▶ [ASSIGNED TASK] Go to the line containing "f 190 191 54" in the records below and print it and every following line exactly, on through the line containing "f 196 208 210", then stop.

▶ [Records contained in a dataset]
▼▼▼
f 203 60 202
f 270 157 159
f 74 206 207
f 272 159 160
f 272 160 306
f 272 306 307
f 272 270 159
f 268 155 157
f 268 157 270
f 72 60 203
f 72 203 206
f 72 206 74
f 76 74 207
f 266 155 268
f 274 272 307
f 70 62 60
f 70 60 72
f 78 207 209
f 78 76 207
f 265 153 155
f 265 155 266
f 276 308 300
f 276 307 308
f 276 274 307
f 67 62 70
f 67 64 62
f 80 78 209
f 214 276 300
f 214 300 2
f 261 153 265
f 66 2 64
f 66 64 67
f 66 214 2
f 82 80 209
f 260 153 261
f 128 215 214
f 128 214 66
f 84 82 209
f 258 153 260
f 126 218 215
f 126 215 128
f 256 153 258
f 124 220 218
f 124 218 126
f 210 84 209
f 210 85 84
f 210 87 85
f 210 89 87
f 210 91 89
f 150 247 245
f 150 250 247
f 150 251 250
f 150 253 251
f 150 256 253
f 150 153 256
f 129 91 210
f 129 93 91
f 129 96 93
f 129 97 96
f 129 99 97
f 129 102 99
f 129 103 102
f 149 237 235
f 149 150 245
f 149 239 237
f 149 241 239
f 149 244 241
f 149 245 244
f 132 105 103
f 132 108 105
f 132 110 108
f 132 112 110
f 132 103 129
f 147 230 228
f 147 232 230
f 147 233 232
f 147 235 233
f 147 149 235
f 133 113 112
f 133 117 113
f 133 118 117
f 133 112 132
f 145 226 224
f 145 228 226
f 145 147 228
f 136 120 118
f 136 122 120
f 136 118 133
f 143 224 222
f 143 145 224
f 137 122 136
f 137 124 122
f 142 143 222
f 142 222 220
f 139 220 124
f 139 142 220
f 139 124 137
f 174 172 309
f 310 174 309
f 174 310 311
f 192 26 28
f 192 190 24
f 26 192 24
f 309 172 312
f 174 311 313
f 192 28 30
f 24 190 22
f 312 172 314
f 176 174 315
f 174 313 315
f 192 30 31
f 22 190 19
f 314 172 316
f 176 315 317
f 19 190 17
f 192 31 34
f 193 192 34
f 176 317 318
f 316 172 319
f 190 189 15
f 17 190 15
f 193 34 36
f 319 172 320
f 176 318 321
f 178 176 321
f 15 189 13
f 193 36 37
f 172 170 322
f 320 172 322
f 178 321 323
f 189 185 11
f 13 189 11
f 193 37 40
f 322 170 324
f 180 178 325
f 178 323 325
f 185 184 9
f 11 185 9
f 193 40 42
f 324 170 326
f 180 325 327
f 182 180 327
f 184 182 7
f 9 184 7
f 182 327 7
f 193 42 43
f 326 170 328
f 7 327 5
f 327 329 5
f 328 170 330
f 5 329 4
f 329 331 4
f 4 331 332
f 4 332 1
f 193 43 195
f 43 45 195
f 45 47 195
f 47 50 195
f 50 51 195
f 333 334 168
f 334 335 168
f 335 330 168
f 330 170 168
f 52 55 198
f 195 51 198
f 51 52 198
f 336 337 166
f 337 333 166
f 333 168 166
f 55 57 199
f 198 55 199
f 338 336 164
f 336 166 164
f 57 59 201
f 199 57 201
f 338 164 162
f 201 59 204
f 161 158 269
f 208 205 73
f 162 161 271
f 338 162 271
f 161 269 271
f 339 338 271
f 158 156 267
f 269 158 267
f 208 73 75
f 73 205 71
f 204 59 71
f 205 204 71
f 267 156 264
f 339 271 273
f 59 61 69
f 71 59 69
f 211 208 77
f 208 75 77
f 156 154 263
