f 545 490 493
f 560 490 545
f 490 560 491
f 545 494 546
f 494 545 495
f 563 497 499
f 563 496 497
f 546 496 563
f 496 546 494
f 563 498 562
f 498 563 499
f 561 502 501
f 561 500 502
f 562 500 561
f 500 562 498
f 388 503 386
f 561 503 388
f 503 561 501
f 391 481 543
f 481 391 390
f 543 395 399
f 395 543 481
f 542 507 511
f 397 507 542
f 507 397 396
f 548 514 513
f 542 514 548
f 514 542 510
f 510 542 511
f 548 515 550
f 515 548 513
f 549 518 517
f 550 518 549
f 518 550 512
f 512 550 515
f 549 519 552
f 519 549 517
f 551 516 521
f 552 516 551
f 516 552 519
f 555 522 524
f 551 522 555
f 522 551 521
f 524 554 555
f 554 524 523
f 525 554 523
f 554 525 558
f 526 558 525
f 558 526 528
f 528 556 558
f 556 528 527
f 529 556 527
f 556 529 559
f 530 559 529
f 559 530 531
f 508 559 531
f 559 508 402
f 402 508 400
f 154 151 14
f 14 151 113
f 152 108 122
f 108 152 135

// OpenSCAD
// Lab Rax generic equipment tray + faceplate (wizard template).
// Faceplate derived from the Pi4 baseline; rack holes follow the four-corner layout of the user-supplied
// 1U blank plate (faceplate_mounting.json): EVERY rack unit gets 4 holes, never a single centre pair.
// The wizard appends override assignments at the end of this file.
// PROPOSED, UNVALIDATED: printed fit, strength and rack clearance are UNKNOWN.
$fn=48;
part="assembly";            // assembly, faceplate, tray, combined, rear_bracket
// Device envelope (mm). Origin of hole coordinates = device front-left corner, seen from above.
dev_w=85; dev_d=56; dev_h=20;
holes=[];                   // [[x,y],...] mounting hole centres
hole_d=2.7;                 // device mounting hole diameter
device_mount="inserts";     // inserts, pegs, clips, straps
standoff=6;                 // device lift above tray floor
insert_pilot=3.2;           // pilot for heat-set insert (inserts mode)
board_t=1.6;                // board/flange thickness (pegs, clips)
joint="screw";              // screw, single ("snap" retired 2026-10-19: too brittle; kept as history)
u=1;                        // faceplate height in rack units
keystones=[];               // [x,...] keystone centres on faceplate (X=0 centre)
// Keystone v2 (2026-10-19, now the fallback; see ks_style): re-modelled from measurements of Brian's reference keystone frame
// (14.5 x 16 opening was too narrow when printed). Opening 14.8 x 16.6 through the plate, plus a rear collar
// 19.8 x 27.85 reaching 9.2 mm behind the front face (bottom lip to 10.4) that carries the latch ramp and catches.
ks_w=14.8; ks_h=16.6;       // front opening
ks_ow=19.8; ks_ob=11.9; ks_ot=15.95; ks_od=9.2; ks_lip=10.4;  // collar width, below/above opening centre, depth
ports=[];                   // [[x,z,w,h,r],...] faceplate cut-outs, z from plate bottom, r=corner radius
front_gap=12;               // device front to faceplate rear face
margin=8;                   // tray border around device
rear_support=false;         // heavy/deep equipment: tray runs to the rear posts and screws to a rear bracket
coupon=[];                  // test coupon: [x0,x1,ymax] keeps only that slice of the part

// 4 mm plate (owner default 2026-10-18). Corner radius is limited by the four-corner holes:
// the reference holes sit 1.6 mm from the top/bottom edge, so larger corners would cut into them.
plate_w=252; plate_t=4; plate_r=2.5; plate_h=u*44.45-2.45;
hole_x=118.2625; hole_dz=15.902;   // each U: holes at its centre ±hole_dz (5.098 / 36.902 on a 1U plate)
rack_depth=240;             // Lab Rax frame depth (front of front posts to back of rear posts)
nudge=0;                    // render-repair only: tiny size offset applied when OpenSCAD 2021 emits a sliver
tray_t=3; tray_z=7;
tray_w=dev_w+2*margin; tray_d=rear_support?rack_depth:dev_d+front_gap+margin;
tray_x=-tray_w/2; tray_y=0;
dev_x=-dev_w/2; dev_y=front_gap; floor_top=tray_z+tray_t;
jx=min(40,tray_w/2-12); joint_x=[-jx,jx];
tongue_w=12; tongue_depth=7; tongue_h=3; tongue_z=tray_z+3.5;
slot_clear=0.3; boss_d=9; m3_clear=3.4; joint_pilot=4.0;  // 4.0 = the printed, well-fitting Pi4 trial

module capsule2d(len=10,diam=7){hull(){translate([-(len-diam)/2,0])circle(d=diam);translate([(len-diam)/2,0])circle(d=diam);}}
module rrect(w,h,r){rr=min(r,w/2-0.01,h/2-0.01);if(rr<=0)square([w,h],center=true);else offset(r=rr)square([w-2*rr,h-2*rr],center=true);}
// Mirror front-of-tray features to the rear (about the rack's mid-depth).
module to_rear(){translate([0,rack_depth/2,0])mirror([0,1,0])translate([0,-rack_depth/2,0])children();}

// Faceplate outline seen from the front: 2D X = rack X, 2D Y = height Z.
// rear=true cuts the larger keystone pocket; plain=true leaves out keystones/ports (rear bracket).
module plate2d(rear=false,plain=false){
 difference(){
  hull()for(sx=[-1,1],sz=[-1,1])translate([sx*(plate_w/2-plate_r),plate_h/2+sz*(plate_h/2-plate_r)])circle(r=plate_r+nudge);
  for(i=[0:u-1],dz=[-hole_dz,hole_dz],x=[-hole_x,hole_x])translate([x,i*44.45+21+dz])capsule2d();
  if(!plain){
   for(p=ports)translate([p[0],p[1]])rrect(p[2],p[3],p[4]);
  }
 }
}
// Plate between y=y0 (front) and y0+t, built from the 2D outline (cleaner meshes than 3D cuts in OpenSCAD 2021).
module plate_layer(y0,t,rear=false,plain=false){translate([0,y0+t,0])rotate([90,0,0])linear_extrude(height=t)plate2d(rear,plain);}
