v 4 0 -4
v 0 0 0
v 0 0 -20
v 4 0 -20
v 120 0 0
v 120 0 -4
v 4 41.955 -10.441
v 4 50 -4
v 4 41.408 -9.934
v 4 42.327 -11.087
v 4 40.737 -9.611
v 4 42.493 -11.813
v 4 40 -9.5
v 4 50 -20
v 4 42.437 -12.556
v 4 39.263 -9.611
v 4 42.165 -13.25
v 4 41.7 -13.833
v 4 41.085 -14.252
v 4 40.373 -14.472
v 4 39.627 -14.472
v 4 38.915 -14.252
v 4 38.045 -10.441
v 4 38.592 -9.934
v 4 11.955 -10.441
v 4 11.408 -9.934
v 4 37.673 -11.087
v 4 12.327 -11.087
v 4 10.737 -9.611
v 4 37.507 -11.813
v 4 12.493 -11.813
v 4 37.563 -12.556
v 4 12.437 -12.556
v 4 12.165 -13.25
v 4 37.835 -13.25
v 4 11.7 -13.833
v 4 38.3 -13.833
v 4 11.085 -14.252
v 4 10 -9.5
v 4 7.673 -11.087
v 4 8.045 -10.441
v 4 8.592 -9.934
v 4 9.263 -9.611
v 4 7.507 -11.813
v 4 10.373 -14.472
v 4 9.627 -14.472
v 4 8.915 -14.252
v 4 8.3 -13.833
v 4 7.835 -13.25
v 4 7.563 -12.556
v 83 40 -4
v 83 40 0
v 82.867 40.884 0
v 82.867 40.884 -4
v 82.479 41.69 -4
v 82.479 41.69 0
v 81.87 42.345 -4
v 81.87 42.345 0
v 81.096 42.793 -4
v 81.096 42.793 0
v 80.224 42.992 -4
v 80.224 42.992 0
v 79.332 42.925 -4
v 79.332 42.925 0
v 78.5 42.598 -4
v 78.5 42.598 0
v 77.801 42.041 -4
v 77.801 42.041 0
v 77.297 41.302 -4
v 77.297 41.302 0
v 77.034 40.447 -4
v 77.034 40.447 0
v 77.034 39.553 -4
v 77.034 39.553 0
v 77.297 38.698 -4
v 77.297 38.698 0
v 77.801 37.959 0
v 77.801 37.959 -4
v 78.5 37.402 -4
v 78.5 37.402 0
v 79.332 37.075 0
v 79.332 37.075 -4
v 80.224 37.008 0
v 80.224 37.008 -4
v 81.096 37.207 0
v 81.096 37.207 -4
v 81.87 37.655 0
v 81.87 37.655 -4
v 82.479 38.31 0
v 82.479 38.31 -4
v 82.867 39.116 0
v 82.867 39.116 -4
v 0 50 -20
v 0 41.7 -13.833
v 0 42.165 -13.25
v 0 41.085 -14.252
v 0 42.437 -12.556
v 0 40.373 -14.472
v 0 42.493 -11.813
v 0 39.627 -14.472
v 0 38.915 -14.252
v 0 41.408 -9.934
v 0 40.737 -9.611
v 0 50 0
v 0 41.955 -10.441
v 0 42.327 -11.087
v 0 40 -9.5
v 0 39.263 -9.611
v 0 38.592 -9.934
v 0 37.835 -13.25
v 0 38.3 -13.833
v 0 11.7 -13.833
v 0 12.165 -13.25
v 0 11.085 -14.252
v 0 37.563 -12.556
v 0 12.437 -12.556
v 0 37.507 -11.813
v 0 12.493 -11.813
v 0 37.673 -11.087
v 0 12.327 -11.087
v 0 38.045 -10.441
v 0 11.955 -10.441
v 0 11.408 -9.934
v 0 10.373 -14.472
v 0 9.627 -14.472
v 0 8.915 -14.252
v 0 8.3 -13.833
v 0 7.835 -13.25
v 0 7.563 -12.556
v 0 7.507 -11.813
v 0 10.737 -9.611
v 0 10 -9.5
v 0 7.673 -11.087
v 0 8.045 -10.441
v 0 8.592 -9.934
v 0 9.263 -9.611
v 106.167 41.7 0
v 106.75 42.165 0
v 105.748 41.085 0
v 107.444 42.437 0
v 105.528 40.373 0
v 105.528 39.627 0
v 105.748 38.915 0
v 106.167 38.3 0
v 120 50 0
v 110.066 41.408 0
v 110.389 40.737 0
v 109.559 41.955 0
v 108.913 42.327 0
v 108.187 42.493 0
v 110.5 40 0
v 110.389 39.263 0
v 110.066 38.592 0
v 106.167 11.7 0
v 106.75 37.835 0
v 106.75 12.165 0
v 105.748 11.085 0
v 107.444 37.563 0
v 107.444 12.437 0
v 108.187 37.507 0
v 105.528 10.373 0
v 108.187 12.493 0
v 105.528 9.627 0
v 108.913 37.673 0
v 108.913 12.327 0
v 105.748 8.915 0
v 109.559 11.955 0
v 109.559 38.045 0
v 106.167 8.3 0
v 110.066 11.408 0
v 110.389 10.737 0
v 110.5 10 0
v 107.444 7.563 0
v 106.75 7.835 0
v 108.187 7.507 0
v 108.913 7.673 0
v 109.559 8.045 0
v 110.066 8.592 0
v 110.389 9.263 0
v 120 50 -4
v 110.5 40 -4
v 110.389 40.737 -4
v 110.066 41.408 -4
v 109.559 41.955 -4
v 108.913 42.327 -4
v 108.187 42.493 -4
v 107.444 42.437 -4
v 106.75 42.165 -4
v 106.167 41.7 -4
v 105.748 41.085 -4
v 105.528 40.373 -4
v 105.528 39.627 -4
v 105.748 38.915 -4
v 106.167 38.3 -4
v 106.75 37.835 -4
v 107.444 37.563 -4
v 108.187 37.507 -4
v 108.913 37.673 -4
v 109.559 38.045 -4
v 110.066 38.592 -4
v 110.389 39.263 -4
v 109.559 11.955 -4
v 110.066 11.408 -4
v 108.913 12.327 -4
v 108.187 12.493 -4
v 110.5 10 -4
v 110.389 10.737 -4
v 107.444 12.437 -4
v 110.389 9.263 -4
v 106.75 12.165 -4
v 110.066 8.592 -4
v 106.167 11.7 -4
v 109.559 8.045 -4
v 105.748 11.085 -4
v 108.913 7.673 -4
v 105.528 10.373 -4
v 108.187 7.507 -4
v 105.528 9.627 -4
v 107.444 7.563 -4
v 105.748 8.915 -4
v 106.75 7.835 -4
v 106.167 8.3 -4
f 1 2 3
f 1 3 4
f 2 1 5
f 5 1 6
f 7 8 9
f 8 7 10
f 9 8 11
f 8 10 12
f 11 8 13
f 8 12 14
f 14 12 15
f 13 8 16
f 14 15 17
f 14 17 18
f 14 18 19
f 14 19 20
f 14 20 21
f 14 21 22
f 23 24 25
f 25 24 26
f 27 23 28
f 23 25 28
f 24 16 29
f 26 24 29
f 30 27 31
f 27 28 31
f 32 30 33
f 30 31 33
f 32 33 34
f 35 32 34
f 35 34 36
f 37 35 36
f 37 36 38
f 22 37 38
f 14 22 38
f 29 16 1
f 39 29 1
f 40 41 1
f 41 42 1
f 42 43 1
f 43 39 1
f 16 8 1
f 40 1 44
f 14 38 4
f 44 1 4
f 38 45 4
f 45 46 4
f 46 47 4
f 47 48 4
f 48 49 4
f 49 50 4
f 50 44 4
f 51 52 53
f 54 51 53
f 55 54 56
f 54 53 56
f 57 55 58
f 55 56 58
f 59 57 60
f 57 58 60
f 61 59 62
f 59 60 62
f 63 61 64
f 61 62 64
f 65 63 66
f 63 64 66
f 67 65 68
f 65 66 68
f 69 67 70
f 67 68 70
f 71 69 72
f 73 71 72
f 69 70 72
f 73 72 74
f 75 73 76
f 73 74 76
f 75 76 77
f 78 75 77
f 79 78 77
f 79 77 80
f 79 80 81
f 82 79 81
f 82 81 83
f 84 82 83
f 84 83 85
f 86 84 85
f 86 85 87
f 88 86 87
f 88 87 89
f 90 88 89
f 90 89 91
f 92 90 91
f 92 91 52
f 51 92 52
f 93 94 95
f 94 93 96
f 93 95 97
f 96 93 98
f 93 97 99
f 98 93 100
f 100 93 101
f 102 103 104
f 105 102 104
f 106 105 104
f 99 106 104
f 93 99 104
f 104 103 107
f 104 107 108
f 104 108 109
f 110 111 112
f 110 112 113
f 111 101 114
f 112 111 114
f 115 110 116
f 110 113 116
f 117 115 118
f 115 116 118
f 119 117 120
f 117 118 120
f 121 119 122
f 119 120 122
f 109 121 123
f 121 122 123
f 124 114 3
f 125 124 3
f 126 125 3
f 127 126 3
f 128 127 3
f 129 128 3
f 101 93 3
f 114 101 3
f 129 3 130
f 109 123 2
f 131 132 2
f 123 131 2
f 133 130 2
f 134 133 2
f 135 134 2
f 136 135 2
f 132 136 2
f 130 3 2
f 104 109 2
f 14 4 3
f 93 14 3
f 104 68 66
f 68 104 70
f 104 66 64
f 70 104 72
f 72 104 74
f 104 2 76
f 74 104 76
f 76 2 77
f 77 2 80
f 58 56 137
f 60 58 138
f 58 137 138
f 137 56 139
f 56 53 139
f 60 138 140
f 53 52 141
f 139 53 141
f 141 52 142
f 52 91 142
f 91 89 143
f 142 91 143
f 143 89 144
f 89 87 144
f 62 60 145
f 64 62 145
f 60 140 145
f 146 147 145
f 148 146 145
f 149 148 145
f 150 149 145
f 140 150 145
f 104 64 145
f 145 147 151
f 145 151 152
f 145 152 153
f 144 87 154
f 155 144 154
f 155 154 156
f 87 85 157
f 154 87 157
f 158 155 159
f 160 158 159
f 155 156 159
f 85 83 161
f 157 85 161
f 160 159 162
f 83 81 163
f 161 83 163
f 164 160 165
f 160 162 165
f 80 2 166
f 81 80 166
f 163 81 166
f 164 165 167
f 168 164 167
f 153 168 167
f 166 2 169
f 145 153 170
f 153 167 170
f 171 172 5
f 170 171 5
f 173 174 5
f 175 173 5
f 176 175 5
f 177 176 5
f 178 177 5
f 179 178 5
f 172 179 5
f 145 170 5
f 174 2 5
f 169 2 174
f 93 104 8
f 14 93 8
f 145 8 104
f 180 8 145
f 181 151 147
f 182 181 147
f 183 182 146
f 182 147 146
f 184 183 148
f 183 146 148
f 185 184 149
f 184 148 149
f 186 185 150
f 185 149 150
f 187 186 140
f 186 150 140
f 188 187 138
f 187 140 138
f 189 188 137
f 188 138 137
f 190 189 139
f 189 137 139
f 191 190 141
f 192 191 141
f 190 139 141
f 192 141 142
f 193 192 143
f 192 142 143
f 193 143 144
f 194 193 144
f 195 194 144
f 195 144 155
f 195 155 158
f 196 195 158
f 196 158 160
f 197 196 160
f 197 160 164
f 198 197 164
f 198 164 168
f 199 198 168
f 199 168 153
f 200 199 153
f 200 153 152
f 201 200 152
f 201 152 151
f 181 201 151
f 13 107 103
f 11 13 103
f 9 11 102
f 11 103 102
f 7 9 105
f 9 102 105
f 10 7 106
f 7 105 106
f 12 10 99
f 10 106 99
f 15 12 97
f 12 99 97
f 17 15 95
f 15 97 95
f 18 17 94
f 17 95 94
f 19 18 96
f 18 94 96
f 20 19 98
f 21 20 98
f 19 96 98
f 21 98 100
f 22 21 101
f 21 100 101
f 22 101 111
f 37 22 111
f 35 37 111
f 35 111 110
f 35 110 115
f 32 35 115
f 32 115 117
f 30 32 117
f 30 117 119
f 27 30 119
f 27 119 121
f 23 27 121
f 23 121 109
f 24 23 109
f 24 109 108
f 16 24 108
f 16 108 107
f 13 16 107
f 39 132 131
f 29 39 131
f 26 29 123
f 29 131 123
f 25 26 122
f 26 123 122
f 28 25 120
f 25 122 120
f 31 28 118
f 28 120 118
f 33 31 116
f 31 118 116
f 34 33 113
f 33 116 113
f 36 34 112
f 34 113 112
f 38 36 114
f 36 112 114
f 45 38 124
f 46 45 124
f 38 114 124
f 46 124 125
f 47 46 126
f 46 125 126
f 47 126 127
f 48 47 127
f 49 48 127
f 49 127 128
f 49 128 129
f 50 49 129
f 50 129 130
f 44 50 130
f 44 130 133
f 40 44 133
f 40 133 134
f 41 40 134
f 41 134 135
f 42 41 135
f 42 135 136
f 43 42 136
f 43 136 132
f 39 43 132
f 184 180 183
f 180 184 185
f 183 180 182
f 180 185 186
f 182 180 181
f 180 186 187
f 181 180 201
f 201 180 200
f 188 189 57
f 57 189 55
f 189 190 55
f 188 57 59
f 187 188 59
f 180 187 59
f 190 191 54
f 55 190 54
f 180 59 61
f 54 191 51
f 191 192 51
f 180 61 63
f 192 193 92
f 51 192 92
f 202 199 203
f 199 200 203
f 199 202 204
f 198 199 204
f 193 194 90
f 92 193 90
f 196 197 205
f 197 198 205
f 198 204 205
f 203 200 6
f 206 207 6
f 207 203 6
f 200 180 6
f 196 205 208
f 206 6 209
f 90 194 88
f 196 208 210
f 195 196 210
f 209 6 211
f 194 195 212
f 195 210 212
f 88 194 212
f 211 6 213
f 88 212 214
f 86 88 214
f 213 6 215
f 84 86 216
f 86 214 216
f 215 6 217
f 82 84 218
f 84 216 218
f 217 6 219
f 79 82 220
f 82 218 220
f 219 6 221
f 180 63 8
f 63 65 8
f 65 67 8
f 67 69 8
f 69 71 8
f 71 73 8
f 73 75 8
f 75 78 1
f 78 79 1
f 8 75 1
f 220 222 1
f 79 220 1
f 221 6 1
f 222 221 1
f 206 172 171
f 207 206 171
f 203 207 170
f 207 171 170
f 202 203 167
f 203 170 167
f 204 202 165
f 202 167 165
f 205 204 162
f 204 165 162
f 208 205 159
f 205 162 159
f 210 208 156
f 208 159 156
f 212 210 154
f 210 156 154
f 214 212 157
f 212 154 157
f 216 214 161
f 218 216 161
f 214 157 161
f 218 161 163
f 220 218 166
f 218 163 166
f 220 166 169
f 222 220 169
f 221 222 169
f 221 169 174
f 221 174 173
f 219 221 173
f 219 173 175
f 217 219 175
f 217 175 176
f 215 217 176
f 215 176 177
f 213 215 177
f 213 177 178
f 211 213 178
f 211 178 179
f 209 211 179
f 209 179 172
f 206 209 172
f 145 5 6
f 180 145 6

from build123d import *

# Parameters (mm, degrees)
EXTRUDE_1_DEPTH     = 50
SKETCH_2_R          = 2.5
CUT_EXTRUDE_1_DEPTH = 10
SKETCH_3_R          = 2.5
SKETCH_3_R_2        = 3
CUT_EXTRUDE_2_DEPTH = 10


with BuildPart() as part:
    # Эскиз1 → Бобышка-Вытянуть1 (new body)
    with BuildSketch(Plane(origin=(0, 0, 0), x_dir=(1, 0, 0), z_dir=(0, 1, 0))):
        Polygon((0, 0), (120, 0), (120, 4), (4, 4), (4, 20), (0, 20), (0, 4), align=None)
    extrude(amount=EXTRUDE_1_DEPTH)

    # Эскиз2 → Вырез-Вытянуть1 (cut)
    with BuildSketch(Plane.ZY):
        with Locations((-12, 40)):
            Circle(SKETCH_2_R)
        with Locations((-12, 10)):
            Circle(SKETCH_2_R)
    extrude(amount=-CUT_EXTRUDE_1_DEPTH, mode=Mode.SUBTRACT)

    # Эскиз3 → Вырез-Вытянуть2 (cut)
    with BuildSketch(Plane.XY):
        with Locations((108, 40)):
            Circle(SKETCH_3_R)
        with Locations((108, 10)):
            Circle(SKETCH_3_R)
        with Locations((80, 40)):
            Circle(SKETCH_3_R_2)
    extrude(amount=-CUT_EXTRUDE_2_DEPTH, mode=Mode.SUBTRACT)


solid = part.part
▲▲▲
▶ [TASK RESPONSE]
f 190 191 54
f 55 190 54
f 180 59 61
f 54 191 51
f 191 192 51
f 180 61 63
f 192 193 92
f 51 192 92
f 202 199 203
f 199 200 203
f 199 202 204
f 198 199 204
f 193 194 90
f 92 193 90
f 196 197 205
f 197 198 205
f 198 204 205
f 203 200 6
f 206 207 6
f 207 203 6
f 200 180 6
f 196 205 208
f 206 6 209
f 90 194 88
f 196 208 210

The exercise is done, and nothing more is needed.